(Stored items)
***

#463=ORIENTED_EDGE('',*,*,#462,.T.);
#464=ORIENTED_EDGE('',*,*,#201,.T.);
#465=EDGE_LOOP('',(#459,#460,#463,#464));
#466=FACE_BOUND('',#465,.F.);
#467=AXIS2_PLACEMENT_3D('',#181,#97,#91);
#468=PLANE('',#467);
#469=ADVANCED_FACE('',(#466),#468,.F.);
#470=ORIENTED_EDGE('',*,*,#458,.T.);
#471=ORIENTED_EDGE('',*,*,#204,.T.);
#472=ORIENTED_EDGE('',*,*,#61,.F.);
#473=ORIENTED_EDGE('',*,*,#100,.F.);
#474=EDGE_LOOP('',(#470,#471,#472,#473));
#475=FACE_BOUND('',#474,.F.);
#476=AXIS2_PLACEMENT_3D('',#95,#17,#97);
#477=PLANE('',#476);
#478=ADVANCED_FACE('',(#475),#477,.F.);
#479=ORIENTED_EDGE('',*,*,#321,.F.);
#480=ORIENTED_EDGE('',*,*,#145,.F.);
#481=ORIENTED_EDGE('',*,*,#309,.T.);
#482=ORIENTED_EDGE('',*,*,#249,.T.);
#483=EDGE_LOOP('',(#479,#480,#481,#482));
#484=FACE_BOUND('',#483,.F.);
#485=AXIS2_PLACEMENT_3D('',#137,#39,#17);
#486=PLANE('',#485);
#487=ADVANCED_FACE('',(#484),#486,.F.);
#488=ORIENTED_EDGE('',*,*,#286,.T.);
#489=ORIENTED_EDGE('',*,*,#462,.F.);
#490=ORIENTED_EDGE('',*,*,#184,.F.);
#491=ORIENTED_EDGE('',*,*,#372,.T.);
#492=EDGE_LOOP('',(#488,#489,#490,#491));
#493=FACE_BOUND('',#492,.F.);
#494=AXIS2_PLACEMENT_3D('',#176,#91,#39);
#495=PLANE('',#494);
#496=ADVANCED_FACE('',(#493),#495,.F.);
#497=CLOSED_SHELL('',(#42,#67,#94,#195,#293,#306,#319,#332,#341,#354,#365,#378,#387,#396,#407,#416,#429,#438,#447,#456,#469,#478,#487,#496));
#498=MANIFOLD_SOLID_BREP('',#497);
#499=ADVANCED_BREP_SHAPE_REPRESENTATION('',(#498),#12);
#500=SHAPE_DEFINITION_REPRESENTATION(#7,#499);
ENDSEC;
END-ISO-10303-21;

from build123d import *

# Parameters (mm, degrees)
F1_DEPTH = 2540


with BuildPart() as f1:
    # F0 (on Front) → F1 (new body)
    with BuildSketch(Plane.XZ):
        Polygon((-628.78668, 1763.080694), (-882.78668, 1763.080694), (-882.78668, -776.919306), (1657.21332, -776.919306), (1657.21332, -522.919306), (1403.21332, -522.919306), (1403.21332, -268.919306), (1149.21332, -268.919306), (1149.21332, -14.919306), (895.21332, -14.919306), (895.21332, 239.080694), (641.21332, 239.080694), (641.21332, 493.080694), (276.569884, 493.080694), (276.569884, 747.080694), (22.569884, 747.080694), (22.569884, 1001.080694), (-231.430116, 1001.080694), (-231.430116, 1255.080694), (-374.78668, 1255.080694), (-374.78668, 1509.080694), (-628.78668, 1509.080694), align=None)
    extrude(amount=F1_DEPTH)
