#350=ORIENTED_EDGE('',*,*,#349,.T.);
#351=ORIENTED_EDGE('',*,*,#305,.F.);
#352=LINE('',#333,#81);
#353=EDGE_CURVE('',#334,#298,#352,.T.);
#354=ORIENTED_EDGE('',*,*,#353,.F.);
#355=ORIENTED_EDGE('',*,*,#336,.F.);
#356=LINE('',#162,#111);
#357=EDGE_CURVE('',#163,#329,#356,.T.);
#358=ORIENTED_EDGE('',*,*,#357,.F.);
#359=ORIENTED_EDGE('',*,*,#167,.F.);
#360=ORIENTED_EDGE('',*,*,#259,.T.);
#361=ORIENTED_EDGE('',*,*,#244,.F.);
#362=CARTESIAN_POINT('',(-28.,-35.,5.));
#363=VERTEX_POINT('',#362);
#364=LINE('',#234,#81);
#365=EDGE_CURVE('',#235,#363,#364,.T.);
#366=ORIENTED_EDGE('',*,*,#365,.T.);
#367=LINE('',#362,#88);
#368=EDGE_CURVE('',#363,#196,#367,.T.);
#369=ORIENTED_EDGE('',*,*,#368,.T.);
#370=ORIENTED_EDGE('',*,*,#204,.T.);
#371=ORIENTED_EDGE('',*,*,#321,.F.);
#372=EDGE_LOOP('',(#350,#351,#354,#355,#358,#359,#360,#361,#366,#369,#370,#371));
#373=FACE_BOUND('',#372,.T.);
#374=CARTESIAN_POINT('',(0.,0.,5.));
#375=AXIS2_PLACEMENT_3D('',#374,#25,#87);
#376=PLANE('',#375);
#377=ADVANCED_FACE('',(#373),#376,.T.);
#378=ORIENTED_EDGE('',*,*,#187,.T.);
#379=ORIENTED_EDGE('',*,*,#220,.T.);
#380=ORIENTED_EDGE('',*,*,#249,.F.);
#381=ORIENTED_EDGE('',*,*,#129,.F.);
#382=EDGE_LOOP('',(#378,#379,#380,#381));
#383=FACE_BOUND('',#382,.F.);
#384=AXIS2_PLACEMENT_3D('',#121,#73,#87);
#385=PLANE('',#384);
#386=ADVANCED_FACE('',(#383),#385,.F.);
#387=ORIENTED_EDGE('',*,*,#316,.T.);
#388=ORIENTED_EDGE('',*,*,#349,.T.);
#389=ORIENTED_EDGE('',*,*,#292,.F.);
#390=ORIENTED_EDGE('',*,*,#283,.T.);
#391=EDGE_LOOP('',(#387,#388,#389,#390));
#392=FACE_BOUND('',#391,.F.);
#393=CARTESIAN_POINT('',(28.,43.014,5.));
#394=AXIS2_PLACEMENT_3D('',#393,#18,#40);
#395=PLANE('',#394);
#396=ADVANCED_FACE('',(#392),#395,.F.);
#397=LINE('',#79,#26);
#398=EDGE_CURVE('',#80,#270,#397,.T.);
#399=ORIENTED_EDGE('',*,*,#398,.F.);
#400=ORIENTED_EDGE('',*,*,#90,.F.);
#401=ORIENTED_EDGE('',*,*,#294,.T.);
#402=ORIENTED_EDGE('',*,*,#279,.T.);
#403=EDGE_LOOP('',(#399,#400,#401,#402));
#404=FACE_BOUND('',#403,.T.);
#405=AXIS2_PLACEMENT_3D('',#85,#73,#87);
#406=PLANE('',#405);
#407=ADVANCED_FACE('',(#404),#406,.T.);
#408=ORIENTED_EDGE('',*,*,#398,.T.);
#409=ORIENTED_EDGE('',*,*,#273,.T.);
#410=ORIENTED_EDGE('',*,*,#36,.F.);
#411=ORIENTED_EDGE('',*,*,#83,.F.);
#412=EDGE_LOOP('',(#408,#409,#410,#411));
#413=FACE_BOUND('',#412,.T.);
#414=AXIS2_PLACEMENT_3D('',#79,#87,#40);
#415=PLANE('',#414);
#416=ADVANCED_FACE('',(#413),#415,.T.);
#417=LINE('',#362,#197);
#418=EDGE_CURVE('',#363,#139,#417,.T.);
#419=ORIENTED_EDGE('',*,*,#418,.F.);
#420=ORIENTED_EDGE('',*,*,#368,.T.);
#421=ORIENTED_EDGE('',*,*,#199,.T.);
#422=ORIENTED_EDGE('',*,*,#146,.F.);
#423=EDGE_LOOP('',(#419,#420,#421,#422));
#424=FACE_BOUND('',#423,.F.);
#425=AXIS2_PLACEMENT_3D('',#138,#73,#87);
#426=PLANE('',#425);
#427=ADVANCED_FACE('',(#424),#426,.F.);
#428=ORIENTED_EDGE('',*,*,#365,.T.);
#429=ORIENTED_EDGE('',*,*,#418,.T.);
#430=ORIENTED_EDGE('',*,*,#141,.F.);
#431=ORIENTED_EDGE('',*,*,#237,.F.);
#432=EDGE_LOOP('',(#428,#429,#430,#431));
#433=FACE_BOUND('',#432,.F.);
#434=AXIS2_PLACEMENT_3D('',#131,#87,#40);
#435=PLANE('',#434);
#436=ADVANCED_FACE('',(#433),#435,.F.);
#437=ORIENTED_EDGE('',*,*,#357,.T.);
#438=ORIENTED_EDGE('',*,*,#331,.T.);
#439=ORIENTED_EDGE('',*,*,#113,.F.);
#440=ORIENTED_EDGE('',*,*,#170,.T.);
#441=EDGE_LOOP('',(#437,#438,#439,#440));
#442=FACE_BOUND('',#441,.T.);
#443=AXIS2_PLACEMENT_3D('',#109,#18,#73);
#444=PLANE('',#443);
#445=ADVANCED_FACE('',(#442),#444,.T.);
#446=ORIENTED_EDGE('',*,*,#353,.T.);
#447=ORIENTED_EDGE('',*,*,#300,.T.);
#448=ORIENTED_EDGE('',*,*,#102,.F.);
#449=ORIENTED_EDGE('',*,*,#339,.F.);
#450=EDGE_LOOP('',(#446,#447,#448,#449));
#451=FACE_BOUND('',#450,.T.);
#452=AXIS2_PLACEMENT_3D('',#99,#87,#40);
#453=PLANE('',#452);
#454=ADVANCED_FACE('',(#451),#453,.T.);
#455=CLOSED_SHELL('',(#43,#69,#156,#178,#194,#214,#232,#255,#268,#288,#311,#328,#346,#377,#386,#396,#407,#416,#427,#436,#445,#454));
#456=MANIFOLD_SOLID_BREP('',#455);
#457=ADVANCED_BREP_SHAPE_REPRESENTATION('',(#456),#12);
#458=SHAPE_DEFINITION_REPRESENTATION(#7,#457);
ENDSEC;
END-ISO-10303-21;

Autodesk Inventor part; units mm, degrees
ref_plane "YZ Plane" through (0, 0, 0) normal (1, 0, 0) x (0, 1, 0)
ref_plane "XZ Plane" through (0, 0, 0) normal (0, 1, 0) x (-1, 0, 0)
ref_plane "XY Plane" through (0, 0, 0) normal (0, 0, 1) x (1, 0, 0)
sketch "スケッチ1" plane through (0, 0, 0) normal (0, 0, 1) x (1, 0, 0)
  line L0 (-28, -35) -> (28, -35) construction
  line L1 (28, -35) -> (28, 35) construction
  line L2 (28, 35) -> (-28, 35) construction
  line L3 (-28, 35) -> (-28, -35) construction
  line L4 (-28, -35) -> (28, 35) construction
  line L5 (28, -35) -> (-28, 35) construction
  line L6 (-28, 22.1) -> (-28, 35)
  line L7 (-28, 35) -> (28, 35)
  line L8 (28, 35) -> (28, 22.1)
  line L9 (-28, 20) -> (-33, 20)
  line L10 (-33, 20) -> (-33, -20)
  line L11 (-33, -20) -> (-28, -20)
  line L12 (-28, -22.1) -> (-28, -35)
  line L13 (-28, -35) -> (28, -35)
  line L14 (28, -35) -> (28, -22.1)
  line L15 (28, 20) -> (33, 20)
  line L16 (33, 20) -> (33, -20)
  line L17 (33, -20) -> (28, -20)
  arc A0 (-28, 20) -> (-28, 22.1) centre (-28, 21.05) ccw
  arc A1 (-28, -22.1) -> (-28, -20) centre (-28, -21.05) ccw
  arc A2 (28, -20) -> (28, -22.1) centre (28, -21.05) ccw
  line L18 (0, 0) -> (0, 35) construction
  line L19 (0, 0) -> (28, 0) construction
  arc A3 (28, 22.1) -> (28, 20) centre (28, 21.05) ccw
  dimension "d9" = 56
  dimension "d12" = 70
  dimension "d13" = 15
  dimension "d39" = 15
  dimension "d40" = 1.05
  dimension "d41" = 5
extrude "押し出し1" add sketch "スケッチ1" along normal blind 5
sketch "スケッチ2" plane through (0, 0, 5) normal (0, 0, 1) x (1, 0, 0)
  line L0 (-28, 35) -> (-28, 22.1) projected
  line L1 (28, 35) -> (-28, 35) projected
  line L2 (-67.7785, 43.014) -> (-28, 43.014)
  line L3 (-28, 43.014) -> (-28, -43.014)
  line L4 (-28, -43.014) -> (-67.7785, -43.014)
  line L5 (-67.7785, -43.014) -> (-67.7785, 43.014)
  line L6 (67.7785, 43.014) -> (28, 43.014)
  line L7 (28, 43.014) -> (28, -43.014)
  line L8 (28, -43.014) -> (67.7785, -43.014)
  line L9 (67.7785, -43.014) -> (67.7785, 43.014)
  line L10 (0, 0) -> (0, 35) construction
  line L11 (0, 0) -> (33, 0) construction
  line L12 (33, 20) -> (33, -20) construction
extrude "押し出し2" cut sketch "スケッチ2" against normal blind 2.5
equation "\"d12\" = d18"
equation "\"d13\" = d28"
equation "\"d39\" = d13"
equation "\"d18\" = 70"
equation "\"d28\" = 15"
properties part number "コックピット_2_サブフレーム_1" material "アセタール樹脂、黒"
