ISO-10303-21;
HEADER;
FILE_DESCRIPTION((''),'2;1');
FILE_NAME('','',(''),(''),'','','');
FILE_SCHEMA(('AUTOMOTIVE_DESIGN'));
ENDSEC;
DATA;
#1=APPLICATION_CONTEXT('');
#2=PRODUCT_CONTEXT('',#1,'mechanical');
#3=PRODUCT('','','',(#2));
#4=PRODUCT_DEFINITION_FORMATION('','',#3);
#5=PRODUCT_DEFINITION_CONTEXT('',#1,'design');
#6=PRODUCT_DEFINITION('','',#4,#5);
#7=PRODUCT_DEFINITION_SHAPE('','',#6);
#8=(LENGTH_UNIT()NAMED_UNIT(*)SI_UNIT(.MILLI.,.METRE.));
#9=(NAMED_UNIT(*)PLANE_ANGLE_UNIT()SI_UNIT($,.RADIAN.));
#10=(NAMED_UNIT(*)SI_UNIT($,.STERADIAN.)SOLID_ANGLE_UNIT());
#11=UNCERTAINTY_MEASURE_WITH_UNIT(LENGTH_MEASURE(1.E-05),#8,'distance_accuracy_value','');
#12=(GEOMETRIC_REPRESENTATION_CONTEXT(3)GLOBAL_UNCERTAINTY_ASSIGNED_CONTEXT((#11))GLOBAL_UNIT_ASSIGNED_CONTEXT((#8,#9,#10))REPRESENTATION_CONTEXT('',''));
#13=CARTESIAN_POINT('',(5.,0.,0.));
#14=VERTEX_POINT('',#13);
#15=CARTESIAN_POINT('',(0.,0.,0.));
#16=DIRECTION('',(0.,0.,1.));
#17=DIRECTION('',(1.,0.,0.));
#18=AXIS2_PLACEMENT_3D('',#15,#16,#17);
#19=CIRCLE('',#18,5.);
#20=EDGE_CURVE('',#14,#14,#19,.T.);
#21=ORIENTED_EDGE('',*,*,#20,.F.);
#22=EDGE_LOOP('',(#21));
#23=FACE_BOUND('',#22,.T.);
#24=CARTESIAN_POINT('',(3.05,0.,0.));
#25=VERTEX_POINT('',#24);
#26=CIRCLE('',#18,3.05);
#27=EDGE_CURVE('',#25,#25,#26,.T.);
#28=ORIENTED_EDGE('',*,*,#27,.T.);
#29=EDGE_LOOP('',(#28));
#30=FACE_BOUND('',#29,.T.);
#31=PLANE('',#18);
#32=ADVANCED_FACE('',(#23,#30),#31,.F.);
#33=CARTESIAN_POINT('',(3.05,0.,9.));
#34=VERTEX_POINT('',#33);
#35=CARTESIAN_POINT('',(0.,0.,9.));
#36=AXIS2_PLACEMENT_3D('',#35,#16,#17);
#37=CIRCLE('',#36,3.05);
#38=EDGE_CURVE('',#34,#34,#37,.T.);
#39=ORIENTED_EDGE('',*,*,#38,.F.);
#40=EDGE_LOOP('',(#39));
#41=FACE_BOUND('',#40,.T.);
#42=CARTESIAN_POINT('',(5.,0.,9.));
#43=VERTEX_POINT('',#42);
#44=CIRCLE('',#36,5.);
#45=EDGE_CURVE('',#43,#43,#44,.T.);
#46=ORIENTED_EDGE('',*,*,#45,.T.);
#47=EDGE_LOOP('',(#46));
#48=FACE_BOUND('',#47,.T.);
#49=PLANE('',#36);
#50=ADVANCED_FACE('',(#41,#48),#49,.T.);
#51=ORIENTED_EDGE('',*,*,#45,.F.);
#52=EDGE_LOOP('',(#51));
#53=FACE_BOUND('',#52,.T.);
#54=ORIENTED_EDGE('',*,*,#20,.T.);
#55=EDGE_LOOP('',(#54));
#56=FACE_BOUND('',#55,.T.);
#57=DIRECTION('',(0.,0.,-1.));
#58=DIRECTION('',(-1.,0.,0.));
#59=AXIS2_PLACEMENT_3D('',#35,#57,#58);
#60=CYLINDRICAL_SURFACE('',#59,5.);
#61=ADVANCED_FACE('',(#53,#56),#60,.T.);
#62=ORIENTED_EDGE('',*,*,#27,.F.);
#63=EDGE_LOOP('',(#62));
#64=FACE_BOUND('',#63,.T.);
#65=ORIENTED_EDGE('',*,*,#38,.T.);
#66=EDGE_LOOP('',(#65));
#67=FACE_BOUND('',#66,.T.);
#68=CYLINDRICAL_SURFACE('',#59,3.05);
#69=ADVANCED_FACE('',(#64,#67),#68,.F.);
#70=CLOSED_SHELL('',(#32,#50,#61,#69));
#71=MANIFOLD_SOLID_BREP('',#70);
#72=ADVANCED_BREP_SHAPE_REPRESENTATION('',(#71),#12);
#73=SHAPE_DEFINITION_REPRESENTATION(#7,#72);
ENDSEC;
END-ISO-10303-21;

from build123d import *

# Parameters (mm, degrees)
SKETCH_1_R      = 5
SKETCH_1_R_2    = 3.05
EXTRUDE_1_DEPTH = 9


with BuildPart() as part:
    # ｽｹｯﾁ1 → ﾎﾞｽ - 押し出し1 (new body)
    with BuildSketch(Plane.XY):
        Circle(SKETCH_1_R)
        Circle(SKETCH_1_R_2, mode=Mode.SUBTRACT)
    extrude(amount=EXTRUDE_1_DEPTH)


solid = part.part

***

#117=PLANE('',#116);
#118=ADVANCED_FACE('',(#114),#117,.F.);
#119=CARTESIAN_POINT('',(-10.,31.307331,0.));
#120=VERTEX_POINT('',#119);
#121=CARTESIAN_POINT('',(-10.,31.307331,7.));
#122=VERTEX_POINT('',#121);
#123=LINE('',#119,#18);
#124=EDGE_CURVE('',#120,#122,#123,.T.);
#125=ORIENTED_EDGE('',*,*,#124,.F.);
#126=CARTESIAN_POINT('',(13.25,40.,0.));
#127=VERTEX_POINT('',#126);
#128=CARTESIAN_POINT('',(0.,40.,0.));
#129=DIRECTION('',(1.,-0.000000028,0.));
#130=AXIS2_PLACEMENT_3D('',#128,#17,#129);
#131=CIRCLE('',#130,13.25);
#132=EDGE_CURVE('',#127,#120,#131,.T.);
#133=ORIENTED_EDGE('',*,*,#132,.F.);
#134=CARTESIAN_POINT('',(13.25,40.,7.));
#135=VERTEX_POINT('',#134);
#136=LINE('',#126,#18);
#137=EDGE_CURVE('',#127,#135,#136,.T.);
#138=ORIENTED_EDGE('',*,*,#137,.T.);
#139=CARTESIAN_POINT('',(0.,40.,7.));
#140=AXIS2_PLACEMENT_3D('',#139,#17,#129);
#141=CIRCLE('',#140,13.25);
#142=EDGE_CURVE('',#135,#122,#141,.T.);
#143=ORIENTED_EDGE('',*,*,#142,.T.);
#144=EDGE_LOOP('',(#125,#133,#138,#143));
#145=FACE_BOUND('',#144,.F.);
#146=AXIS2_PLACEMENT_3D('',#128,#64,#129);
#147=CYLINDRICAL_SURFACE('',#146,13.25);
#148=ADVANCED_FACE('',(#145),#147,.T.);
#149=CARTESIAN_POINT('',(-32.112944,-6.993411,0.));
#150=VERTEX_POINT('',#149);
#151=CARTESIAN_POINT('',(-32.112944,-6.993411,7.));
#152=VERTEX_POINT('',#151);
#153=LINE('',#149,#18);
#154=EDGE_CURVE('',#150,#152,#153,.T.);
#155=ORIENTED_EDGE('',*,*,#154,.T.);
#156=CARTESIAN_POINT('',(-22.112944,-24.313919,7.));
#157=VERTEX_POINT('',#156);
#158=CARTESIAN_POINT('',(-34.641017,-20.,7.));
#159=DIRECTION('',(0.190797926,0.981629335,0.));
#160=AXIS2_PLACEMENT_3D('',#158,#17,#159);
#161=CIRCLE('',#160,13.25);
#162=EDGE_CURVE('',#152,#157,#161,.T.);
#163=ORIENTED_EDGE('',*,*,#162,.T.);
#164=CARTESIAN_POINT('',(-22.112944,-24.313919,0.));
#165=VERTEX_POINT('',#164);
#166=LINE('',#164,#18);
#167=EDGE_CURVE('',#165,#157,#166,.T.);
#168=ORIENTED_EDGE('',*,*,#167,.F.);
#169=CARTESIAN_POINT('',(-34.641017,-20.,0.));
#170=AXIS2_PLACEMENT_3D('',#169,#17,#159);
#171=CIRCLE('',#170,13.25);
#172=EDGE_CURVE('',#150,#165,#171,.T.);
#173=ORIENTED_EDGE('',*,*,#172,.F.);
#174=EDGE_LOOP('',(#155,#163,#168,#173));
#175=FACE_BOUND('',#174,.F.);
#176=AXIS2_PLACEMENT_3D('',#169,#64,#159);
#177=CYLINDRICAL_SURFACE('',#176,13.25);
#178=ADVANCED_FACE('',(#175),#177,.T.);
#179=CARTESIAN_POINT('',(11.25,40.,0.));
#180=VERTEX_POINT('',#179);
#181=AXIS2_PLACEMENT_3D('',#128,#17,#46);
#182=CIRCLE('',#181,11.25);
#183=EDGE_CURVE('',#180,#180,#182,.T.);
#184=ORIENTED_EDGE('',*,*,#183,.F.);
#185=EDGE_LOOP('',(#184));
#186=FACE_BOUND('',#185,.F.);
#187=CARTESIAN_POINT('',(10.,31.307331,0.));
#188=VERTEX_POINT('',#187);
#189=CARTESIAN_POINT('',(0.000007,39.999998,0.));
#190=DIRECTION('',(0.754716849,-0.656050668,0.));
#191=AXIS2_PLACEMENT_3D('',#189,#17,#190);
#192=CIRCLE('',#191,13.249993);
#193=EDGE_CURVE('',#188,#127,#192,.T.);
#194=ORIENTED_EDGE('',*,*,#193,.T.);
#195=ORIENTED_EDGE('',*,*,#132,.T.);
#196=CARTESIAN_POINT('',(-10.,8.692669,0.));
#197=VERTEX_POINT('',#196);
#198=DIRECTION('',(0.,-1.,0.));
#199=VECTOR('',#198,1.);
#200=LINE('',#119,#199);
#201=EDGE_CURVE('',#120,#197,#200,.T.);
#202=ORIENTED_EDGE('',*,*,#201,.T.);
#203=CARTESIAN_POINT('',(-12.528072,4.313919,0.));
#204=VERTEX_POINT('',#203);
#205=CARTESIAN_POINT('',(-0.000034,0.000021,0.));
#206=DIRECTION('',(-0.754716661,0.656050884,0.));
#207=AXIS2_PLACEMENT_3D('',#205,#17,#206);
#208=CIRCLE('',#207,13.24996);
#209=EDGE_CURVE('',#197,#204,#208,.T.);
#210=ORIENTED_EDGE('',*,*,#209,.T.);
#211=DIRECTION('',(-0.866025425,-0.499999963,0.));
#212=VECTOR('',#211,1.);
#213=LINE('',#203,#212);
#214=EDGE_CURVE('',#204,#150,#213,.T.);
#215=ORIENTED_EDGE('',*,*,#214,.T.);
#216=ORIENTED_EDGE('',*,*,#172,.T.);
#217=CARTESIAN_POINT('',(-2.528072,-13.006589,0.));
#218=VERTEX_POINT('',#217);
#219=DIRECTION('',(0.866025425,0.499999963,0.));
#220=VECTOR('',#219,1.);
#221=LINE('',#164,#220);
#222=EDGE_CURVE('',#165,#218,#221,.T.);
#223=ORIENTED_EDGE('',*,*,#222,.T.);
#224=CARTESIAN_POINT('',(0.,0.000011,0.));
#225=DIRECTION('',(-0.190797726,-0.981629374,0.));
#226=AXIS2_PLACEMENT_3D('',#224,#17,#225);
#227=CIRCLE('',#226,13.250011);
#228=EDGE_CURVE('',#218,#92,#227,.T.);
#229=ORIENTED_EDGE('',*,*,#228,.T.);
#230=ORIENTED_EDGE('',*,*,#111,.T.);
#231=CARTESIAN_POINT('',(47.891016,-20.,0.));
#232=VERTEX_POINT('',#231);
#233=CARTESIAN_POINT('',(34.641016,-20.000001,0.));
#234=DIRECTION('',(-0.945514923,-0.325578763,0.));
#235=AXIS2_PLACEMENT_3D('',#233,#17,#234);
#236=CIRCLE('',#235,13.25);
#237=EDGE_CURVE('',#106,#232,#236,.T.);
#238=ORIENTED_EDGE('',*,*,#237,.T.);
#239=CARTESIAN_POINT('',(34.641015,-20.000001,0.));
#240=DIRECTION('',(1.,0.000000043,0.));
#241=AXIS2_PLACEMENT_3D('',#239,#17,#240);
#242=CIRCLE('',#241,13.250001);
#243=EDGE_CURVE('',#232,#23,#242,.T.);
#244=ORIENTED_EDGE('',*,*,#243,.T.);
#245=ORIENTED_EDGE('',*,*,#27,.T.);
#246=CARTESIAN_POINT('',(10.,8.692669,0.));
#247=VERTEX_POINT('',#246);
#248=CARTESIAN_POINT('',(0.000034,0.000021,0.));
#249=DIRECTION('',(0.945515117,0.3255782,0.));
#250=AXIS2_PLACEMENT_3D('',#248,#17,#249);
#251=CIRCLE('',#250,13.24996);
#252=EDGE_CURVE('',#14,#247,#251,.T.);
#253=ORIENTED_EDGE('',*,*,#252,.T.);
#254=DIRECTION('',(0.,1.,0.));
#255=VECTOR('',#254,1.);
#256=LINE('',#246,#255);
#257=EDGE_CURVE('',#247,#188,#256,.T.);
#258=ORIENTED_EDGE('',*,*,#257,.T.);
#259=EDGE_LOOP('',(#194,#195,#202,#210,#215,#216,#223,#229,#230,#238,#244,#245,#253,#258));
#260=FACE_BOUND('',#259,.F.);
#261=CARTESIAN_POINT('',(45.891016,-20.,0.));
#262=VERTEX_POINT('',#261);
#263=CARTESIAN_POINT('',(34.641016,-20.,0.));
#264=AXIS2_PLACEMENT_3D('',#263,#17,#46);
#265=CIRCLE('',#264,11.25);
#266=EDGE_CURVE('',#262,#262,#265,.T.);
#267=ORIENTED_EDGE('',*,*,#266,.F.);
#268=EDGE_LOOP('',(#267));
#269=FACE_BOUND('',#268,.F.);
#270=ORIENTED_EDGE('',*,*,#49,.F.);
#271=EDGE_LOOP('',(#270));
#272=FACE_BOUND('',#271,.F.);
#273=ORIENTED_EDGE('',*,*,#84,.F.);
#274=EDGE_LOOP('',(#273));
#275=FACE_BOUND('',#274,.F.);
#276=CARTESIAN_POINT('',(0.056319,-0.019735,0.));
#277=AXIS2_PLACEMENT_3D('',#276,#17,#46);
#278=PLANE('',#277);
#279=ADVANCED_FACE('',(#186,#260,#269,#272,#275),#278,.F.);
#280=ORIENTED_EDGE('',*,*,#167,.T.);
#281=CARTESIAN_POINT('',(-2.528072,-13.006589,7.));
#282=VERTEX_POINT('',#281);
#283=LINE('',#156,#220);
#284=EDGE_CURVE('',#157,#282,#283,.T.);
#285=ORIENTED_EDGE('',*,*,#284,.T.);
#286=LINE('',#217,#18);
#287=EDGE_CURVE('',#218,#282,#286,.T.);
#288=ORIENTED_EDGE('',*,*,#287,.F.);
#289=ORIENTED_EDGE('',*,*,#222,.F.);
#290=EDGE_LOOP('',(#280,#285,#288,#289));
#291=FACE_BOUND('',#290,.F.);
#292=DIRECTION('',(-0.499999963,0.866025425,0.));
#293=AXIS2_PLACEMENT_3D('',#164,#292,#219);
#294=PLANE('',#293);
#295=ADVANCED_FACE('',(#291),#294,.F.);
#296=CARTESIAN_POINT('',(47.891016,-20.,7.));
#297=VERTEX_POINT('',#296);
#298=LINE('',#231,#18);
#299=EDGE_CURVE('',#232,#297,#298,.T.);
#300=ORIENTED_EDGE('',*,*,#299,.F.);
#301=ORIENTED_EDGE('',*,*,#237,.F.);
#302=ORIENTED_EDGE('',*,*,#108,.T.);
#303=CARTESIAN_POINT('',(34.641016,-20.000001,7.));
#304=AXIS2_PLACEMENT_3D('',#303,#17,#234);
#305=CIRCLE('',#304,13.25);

***

ASSIGNMENT:
What you return should be exactly the lines above, starting at the one with "#484=FACE_BOUND('',#483,.F.);" and ending at the one with "#493=FACE_BOUND('',#492,.F.);", and nothing else.

ANSWER SPACE:
#484=FACE_BOUND('',#483,.F.);
#485=AXIS2_PLACEMENT_3D('',#137,#39,#17);
#486=PLANE('',#485);
#487=ADVANCED_FACE('',(#484),#486,.F.);
#488=ORIENTED_EDGE('',*,*,#286,.T.);
#489=ORIENTED_EDGE('',*,*,#462,.F.);
#490=ORIENTED_EDGE('',*,*,#184,.F.);
#491=ORIENTED_EDGE('',*,*,#372,.T.);
#492=EDGE_LOOP('',(#488,#489,#490,#491));
#493=FACE_BOUND('',#492,.F.);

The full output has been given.